----- Exercise inputs
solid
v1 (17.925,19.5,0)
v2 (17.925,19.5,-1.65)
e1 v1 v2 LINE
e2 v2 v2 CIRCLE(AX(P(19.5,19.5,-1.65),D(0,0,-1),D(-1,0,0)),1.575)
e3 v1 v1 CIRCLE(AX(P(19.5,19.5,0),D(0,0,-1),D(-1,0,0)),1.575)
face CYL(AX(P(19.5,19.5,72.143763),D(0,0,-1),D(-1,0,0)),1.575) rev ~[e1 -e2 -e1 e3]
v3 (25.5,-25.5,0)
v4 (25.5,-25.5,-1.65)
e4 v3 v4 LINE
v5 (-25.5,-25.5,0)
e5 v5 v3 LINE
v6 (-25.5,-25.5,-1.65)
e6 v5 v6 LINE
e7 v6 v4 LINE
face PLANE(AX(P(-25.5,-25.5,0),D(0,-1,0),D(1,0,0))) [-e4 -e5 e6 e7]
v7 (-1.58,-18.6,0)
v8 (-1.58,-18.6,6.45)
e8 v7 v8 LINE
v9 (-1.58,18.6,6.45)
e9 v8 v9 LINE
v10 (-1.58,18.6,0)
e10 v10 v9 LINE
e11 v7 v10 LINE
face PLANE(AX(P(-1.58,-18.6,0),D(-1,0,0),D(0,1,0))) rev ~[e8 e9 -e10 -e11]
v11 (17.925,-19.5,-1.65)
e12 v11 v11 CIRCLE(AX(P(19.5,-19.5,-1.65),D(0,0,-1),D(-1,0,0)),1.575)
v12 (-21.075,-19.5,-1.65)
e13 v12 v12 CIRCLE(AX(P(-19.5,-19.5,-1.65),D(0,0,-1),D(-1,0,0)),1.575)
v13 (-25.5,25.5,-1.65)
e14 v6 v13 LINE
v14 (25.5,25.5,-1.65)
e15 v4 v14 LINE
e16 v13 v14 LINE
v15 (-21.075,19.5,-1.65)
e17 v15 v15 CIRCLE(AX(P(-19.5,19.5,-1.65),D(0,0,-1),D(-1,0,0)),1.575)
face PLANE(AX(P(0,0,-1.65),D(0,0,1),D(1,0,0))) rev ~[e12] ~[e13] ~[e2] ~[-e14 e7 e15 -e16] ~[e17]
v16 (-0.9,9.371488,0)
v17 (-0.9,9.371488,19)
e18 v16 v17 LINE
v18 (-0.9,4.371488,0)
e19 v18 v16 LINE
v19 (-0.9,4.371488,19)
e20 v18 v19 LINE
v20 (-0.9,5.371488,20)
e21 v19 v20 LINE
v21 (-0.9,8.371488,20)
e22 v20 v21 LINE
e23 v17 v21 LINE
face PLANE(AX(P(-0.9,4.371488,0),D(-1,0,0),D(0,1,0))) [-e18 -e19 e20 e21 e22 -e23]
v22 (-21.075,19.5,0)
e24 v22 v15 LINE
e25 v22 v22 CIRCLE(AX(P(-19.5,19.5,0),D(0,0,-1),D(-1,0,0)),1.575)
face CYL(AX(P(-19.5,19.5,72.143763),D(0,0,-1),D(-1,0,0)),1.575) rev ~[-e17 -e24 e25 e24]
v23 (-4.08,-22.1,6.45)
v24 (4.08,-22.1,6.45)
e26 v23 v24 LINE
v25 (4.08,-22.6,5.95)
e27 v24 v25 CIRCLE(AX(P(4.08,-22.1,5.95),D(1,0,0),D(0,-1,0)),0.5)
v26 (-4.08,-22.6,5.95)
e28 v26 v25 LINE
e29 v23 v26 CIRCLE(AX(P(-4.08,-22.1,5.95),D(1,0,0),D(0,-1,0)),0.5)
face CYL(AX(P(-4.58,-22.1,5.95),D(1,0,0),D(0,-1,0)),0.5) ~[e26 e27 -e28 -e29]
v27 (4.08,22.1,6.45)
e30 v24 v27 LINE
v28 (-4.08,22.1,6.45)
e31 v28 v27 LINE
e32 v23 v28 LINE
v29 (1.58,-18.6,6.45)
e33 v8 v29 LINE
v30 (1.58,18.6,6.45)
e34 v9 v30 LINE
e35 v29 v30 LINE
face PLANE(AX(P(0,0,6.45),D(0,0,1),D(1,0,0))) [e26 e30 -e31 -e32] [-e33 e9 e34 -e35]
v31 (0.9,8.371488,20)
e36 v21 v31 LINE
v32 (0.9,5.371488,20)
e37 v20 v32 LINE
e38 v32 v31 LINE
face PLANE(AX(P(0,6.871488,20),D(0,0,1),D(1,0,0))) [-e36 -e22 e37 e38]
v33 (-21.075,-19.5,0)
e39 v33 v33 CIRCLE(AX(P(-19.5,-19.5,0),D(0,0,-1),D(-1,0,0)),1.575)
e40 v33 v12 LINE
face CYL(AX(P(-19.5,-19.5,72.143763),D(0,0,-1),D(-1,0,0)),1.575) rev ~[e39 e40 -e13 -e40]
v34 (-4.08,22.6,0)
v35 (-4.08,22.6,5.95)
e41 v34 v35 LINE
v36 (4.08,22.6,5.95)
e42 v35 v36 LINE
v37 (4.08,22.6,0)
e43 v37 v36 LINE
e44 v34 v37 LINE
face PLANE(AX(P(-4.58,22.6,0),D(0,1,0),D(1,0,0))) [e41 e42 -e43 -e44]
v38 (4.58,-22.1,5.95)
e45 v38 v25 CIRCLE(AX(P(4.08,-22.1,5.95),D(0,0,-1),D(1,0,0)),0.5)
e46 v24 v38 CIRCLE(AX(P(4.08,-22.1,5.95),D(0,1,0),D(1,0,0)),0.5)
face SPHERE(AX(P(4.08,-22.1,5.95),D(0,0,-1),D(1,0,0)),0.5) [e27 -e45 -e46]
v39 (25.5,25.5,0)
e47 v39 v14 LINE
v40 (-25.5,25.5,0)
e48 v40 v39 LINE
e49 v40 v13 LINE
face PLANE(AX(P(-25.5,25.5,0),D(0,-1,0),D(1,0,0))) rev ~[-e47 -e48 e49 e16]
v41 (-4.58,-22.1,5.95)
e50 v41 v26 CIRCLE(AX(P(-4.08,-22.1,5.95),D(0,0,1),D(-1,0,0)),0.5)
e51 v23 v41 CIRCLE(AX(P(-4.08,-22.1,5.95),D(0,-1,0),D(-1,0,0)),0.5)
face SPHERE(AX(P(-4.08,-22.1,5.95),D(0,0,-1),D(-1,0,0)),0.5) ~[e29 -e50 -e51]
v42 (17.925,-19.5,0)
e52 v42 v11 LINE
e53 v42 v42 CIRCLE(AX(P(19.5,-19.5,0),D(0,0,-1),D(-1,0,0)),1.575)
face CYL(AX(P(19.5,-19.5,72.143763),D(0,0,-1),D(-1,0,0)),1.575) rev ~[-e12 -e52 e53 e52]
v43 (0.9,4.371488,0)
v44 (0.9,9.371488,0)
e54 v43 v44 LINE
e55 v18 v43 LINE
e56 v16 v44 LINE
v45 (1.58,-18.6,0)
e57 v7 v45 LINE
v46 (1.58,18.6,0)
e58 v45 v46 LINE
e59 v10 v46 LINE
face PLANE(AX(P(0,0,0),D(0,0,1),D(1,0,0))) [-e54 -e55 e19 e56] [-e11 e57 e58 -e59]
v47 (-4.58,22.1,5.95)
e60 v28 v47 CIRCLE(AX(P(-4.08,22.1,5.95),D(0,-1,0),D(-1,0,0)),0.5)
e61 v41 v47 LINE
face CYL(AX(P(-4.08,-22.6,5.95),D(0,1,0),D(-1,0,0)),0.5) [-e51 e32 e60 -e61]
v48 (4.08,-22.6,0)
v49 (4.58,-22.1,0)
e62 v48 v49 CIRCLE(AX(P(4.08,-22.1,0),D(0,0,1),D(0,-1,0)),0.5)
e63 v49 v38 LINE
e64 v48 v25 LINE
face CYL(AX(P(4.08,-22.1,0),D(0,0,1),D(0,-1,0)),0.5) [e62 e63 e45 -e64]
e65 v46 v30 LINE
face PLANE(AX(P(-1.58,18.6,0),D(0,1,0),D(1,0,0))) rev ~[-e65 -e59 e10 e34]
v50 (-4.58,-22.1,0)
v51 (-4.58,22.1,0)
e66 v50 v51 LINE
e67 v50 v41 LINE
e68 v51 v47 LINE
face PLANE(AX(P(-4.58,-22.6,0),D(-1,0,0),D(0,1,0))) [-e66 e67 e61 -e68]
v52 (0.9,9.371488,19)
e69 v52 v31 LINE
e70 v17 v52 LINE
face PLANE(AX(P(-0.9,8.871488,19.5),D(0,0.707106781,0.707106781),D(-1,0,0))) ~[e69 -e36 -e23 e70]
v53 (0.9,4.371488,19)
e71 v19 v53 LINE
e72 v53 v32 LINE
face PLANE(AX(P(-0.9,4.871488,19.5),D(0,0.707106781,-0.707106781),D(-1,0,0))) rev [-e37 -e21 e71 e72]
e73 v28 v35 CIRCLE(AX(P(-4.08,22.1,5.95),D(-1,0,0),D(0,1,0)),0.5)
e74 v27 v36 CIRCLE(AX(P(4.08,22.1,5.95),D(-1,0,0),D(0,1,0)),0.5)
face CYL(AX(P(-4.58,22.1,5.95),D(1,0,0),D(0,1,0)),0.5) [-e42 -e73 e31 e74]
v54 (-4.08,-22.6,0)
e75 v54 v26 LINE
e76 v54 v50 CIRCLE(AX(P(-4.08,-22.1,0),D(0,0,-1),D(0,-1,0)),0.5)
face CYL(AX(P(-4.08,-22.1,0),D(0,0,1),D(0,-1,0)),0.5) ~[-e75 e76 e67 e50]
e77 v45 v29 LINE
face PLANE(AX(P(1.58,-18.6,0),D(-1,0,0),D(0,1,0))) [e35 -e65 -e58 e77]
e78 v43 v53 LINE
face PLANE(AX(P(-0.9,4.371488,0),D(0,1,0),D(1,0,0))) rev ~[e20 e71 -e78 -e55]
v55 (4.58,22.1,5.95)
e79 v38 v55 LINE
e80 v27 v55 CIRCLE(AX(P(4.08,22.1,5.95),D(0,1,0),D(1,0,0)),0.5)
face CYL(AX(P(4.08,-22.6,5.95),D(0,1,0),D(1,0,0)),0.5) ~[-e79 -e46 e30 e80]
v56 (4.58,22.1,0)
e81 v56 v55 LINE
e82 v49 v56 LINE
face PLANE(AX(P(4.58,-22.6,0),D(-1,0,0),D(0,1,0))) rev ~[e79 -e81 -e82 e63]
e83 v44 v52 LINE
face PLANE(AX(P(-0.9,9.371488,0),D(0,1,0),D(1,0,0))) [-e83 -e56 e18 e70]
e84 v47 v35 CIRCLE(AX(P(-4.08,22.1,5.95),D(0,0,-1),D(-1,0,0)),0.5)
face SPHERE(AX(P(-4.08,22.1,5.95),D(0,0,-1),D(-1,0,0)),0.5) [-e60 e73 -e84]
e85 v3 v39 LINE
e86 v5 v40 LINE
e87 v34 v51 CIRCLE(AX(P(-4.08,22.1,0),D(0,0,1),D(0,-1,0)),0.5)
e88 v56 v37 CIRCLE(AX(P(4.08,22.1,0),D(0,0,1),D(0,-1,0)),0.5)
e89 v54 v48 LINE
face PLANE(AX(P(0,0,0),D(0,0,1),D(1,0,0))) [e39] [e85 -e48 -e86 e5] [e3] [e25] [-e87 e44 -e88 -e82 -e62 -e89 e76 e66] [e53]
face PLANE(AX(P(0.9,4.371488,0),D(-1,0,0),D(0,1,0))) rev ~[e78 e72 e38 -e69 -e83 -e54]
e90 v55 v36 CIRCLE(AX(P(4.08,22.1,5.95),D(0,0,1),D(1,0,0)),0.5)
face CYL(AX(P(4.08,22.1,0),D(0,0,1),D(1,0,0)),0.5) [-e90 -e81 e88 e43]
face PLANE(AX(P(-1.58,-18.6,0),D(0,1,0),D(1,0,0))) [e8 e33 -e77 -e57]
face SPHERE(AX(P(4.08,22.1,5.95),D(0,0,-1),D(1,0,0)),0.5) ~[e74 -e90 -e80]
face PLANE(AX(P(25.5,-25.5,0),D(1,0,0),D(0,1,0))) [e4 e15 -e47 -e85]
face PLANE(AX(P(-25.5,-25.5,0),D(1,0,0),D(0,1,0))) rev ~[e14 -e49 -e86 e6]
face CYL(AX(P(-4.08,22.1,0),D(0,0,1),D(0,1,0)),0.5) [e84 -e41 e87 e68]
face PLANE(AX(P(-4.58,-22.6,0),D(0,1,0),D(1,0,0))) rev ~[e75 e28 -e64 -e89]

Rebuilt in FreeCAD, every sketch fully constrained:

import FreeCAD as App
import Part
import Sketcher


def edges_at(feature, points):
    """Names of the edges that pass closest to the given points."""
    edges = feature.Shape.Edges
    near = lambda p: min(range(len(edges)), key=lambda i: edges[i].distToShape(Part.Vertex(*p))[0])
    return sorted({f"Edge{near(p) + 1}" for p in points})

doc = App.newDocument("Part")
params = doc.addObject("Spreadsheet::Sheet", "Params")
for row, (alias, value) in enumerate([
    ("sketch1_width", "51 mm"),
    ("pad1_length", "1.65 mm"),
    ("sketch2_diameter", "3.15 mm"),
    ("hole_diameter", "3.15 mm"),
    ("sketch3_height", "45.2 mm"),
    ("sketch3_height2", "37.2 mm"),
    ("sketch3_width", "9.16 mm"),
    ("pad2_length", "6.45 mm"),
    ("fillet_radius", "0.5 mm"),
    ("sketch4_height", "5 mm"),
    ("sketch4_width", "1.8 mm"),
    ("pad3_length", "20 mm"),
    ("chamfer_size", "1 mm"),
], start=1):
    params.set(f"A{row}", alias)
    params.set(f"B{row}", "=" + value)
    params.setAlias(f"B{row}", alias)

body = doc.addObject("PartDesign::Body", "Body")

sketch1 = body.newObject("Sketcher::SketchObject", "Sketch")
sketch1.AttachmentSupport = (doc.getObject("XY_Plane"), [""])
sketch1.MapMode = "FlatFace"
sketch1.addGeometry(Part.LineSegment(App.Vector(-26, 26, 0), App.Vector(-26, -26, 0)), False)
sketch1.addGeometry(Part.LineSegment(App.Vector(-26, -26, 0), App.Vector(26, -26, 0)), False)
sketch1.addGeometry(Part.LineSegment(App.Vector(26, -26, 0), App.Vector(26, 26, 0)), False)
sketch1.addGeometry(Part.LineSegment(App.Vector(26, 26, 0), App.Vector(-26, 26, 0)), False)
sketch1.addConstraint(Sketcher.Constraint("Coincident", 0, 2, 1, 1))
sketch1.addConstraint(Sketcher.Constraint("Coincident", 1, 2, 2, 1))
sketch1.addConstraint(Sketcher.Constraint("Coincident", 2, 2, 3, 1))
sketch1.addConstraint(Sketcher.Constraint("Coincident", 3, 2, 0, 1))
sketch1.addConstraint(Sketcher.Constraint("Vertical", 0))
sketch1.addConstraint(Sketcher.Constraint("Horizontal", 1))
sketch1.addConstraint(Sketcher.Constraint("Vertical", 2))
sketch1.addConstraint(Sketcher.Constraint("Horizontal", 3))
sketch1.addConstraint(Sketcher.Constraint("Symmetric", 0, 2, 2, 2, -1, 1))
sketch1.addConstraint(Sketcher.Constraint("Equal", 3, 0))
sketch1.addConstraint(Sketcher.Constraint("DistanceX", 1, 1, 1, 2, 51.0))
sketch1.setExpression("Constraints[10]", "Params.sketch1_width")
pad1 = body.newObject("PartDesign::Pad", "Pad")
pad1.Profile = sketch1
pad1.setExpression("Length", "Params.pad1_length")
pad1.Reversed = True

sketch2 = body.newObject("Sketcher::SketchObject", "Sketch001")
sketch2.AttachmentSupport = (doc.getObject("XY_Plane"), [""])
sketch2.MapMode = "FlatFace"
sketch2.addGeometry(Part.Circle(App.Vector(-19.5, 19.5, 0), App.Vector(0, 0, 1), 1.6), False)
sketch2.addGeometry(Part.Circle(App.Vector(19.5, 19.5, 0), App.Vector(0, 0, 1), 1.6), False)
sketch2.addGeometry(Part.Circle(App.Vector(19.5, -19.5, 0), App.Vector(0, 0, 1), 1.6), False)
sketch2.addGeometry(Part.Circle(App.Vector(-19.5, -19.5, 0), App.Vector(0, 0, 1), 1.6), False)
sketch2.addConstraint(Sketcher.Constraint("Equal", 0, 1))
sketch2.addConstraint(Sketcher.Constraint("Equal", 1, 2))
sketch2.addConstraint(Sketcher.Constraint("Equal", 2, 3))
sketch2.addConstraint(Sketcher.Constraint("Symmetric", 0, 3, 2, 3, -1, 1))
sketch2.addConstraint(Sketcher.Constraint("Symmetric", 1, 3, 3, 3, -1, 1))
sketch2.addConstraint(Sketcher.Constraint("Symmetric", 0, 3, 1, 3, -2))
sketch2.addConstraint(Sketcher.Constraint("Diameter", 0, 3.15))
sketch2.addConstraint(Sketcher.Constraint("DistanceX", 0, 3, 1, 3, 39.0))
sketch2.addConstraint(Sketcher.Constraint("DistanceY", 2, 3, 1, 3, 39.0))
sketch2.setExpression("Constraints[6]", "Params.sketch2_diameter")
doc.recompute()
hole = body.newObject("PartDesign::Hole", "Hole")
hole.Profile = sketch2
hole.ThreadType = "None"
hole.setExpression("Diameter", "Params.hole_diameter")
hole.DepthType = "ThroughAll"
----------
== Work to be completed ==
Please transcribe exactly the lines above from the line that has "e47 v39 v14 LINE" up to and including the line that has "v47 (-4.58,22.1,5.95)"; no other line belongs in the answer.

== Answer to the exercise ==
e47 v39 v14 LINE
v40 (-25.5,25.5,0)
e48 v40 v39 LINE
e49 v40 v13 LINE
face PLANE(AX(P(-25.5,25.5,0),D(0,-1,0),D(1,0,0))) rev ~[-e47 -e48 e49 e16]
v41 (-4.58,-22.1,5.95)
e50 v41 v26 CIRCLE(AX(P(-4.08,-22.1,5.95),D(0,0,1),D(-1,0,0)),0.5)
e51 v23 v41 CIRCLE(AX(P(-4.08,-22.1,5.95),D(0,-1,0),D(-1,0,0)),0.5)
face SPHERE(AX(P(-4.08,-22.1,5.95),D(0,0,-1),D(-1,0,0)),0.5) ~[e29 -e50 -e51]
v42 (17.925,-19.5,0)
e52 v42 v11 LINE
e53 v42 v42 CIRCLE(AX(P(19.5,-19.5,0),D(0,0,-1),D(-1,0,0)),1.575)
face CYL(AX(P(19.5,-19.5,72.143763),D(0,0,-1),D(-1,0,0)),1.575) rev ~[-e12 -e52 e53 e52]
v43 (0.9,4.371488,0)
v44 (0.9,9.371488,0)
e54 v43 v44 LINE
e55 v18 v43 LINE
e56 v16 v44 LINE
v45 (1.58,-18.6,0)
e57 v7 v45 LINE
v46 (1.58,18.6,0)
e58 v45 v46 LINE
e59 v10 v46 LINE
face PLANE(AX(P(0,0,0),D(0,0,1),D(1,0,0))) [-e54 -e55 e19 e56] [-e11 e57 e58 -e59]
v47 (-4.58,22.1,5.95)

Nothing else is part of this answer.